Finished April 20
Last Things: a graphic memoir of loss and love by Marissa Moss
This heart-wrenching memoir tracks Marissa's family life from shortly before her husband was diagnosed with ALS to the time after his death. Marissa and her husband Harvey are on a sabbatical year in Rome when his symptoms begin. Harvey was a medieval art historian, a curator at the Metropolitan Museum in New York City, and a full-time university professor in California. He was working on a long term book project about Louis IX's personal prayer book. The couple celebrated their Jewish heritage and once they return home are immersed in planning for their oldest son's bar mitzvah. The day after the event, Harvey collapses and is rushed to the hospital. They stabilize him and determine that it is some sort of neurological problem. The following month his diagnosis arrives. It's another month before their first visit to the ALS clinic in San Francisco, near their home. Harvey has a particular type of ALS called Bulbar ALS that starts with the tongue and throat muscles. Breathing often weakens before the arms and legs, which explains Harvey's symptoms in the summer. It also advances more quickly than other forms of the disease.
As Marissa is open about the reactions of various family members from anger to distancing to denial, she shows the devastating effects the situation has on her entire family. One of Harvey's legacies to his children is his book, and Marissa works with the assistance of other scholars and finished the book four years after his death. She deals with each of their sons individual reaction to the loss, and on her own life as one of the still living.

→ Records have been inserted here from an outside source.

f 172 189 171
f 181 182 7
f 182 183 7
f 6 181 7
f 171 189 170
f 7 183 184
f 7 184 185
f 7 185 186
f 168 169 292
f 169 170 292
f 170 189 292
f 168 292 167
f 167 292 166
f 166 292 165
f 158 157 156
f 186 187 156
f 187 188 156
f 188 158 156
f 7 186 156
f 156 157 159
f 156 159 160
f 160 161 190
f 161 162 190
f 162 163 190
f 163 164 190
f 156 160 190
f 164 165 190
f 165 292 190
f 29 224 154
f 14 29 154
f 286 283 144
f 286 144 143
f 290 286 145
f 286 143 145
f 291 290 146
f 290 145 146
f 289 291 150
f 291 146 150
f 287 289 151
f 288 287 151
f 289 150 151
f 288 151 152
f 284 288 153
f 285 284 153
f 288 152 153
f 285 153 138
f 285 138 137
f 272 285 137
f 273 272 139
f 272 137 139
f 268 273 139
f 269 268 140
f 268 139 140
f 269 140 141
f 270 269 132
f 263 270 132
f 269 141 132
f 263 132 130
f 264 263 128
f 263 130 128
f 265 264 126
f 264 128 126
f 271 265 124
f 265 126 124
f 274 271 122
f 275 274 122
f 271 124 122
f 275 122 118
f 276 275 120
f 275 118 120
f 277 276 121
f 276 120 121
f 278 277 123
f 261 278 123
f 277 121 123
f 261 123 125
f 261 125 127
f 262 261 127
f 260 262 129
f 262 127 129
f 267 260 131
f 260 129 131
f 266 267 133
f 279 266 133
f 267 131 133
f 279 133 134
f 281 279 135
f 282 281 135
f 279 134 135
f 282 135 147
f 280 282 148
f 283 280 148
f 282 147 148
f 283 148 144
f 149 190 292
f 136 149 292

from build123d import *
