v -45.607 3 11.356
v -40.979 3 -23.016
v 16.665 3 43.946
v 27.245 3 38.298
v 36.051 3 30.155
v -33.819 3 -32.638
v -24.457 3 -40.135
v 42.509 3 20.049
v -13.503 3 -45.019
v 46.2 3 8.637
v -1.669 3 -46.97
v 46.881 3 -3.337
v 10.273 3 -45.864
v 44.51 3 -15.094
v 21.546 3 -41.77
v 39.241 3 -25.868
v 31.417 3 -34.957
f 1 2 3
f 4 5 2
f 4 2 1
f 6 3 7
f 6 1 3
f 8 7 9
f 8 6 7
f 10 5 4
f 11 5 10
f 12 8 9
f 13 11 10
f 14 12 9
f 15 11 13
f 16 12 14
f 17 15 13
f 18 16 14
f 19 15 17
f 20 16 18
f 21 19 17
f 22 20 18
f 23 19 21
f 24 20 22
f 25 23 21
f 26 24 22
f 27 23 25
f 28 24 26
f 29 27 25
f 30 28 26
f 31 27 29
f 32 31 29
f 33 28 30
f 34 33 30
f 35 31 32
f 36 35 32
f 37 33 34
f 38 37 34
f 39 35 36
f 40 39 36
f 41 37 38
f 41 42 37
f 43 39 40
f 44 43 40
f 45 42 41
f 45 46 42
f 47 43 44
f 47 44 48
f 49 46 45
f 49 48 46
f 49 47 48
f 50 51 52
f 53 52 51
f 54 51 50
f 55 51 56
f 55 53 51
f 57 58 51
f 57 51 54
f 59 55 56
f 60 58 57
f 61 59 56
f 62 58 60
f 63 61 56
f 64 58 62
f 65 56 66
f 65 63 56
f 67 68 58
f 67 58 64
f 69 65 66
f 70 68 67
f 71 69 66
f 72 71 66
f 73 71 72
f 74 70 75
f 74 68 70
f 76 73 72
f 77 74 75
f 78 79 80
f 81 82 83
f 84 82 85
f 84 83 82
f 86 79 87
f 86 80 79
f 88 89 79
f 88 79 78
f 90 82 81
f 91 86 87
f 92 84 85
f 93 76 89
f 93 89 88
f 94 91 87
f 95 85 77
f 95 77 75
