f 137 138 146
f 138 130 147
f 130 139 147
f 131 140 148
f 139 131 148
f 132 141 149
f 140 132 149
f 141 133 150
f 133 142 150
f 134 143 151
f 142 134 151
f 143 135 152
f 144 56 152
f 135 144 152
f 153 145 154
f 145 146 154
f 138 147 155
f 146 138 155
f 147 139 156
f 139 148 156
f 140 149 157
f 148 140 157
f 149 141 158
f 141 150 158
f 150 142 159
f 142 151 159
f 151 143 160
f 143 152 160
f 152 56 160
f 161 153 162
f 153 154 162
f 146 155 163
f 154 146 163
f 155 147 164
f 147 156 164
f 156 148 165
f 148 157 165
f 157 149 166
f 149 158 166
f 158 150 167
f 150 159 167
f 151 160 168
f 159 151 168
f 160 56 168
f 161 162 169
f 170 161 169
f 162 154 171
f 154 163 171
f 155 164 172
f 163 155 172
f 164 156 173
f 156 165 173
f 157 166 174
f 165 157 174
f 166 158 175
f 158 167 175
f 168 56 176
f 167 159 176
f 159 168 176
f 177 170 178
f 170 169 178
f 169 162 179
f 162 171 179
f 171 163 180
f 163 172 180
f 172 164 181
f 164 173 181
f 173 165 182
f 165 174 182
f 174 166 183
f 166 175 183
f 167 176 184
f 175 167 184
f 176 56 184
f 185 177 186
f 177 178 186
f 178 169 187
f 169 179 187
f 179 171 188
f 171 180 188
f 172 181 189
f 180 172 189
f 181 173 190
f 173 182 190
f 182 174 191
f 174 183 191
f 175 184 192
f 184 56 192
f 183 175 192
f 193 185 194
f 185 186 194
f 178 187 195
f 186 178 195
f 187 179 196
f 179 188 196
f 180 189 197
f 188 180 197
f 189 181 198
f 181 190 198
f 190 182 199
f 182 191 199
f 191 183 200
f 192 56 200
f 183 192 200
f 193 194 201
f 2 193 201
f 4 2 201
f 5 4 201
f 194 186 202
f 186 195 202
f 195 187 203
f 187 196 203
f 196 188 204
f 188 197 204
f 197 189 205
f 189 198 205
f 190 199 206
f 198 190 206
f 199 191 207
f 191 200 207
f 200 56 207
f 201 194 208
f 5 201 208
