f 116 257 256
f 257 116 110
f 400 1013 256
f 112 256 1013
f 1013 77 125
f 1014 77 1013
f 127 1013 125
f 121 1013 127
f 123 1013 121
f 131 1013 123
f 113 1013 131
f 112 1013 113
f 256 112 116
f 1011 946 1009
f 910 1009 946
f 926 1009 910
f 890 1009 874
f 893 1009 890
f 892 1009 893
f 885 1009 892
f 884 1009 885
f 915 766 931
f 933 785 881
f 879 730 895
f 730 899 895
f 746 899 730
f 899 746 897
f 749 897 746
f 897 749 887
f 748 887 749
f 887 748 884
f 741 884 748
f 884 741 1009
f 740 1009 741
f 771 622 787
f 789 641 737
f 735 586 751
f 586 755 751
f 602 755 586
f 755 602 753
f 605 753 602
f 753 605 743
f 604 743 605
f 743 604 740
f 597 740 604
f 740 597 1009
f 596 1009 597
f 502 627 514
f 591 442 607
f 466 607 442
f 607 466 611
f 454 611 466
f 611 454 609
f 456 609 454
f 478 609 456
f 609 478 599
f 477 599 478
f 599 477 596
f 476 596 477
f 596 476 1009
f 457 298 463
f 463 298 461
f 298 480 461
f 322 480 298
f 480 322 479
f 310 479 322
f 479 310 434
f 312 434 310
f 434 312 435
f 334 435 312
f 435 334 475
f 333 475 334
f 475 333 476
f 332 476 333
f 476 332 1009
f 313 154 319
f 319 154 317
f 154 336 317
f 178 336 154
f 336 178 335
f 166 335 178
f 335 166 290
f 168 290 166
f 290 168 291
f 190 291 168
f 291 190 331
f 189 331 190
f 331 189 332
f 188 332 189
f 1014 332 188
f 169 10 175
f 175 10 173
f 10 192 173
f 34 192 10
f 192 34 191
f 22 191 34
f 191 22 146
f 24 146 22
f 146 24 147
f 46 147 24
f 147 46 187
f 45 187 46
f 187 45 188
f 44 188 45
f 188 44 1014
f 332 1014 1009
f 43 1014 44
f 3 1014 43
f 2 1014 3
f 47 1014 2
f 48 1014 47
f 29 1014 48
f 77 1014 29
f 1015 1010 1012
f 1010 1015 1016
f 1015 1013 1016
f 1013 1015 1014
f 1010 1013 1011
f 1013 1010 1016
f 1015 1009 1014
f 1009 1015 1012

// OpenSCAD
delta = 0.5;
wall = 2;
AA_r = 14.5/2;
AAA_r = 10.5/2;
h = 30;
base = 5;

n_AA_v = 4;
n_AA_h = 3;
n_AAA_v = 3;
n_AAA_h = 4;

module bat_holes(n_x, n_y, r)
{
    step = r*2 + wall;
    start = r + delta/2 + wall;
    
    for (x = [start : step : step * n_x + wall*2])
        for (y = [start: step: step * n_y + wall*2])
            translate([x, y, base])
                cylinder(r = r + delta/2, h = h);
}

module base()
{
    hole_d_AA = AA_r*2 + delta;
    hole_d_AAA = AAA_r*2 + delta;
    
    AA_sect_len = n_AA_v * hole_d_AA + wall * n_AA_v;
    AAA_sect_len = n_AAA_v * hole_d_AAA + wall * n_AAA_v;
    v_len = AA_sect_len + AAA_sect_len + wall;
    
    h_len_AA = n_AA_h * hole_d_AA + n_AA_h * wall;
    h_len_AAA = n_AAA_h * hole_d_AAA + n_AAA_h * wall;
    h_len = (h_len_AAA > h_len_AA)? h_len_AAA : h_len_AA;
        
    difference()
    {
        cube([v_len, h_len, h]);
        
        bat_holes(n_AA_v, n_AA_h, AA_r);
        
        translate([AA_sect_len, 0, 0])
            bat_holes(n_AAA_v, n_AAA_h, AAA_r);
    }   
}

The diagnosis and quick pace of Harvey's decline didn't allow for the time she would have wished for to come to terms with it. All they did at the time was react. Writing the memoir helped her to sort it out for herself so she understood it better, deal with her guilt at not doing better in the moment.
In the preface, Marissa is clear about her reasons for writing this book. She shares her story to show that what seems at times impossible pain can be lived through and make you stronger. She wants readers to feel her family's pain, bear witness to it, and gain some of that strength for themselves.
The drawings are simple, but evocative, expressing the emotions of the situations. A moving read.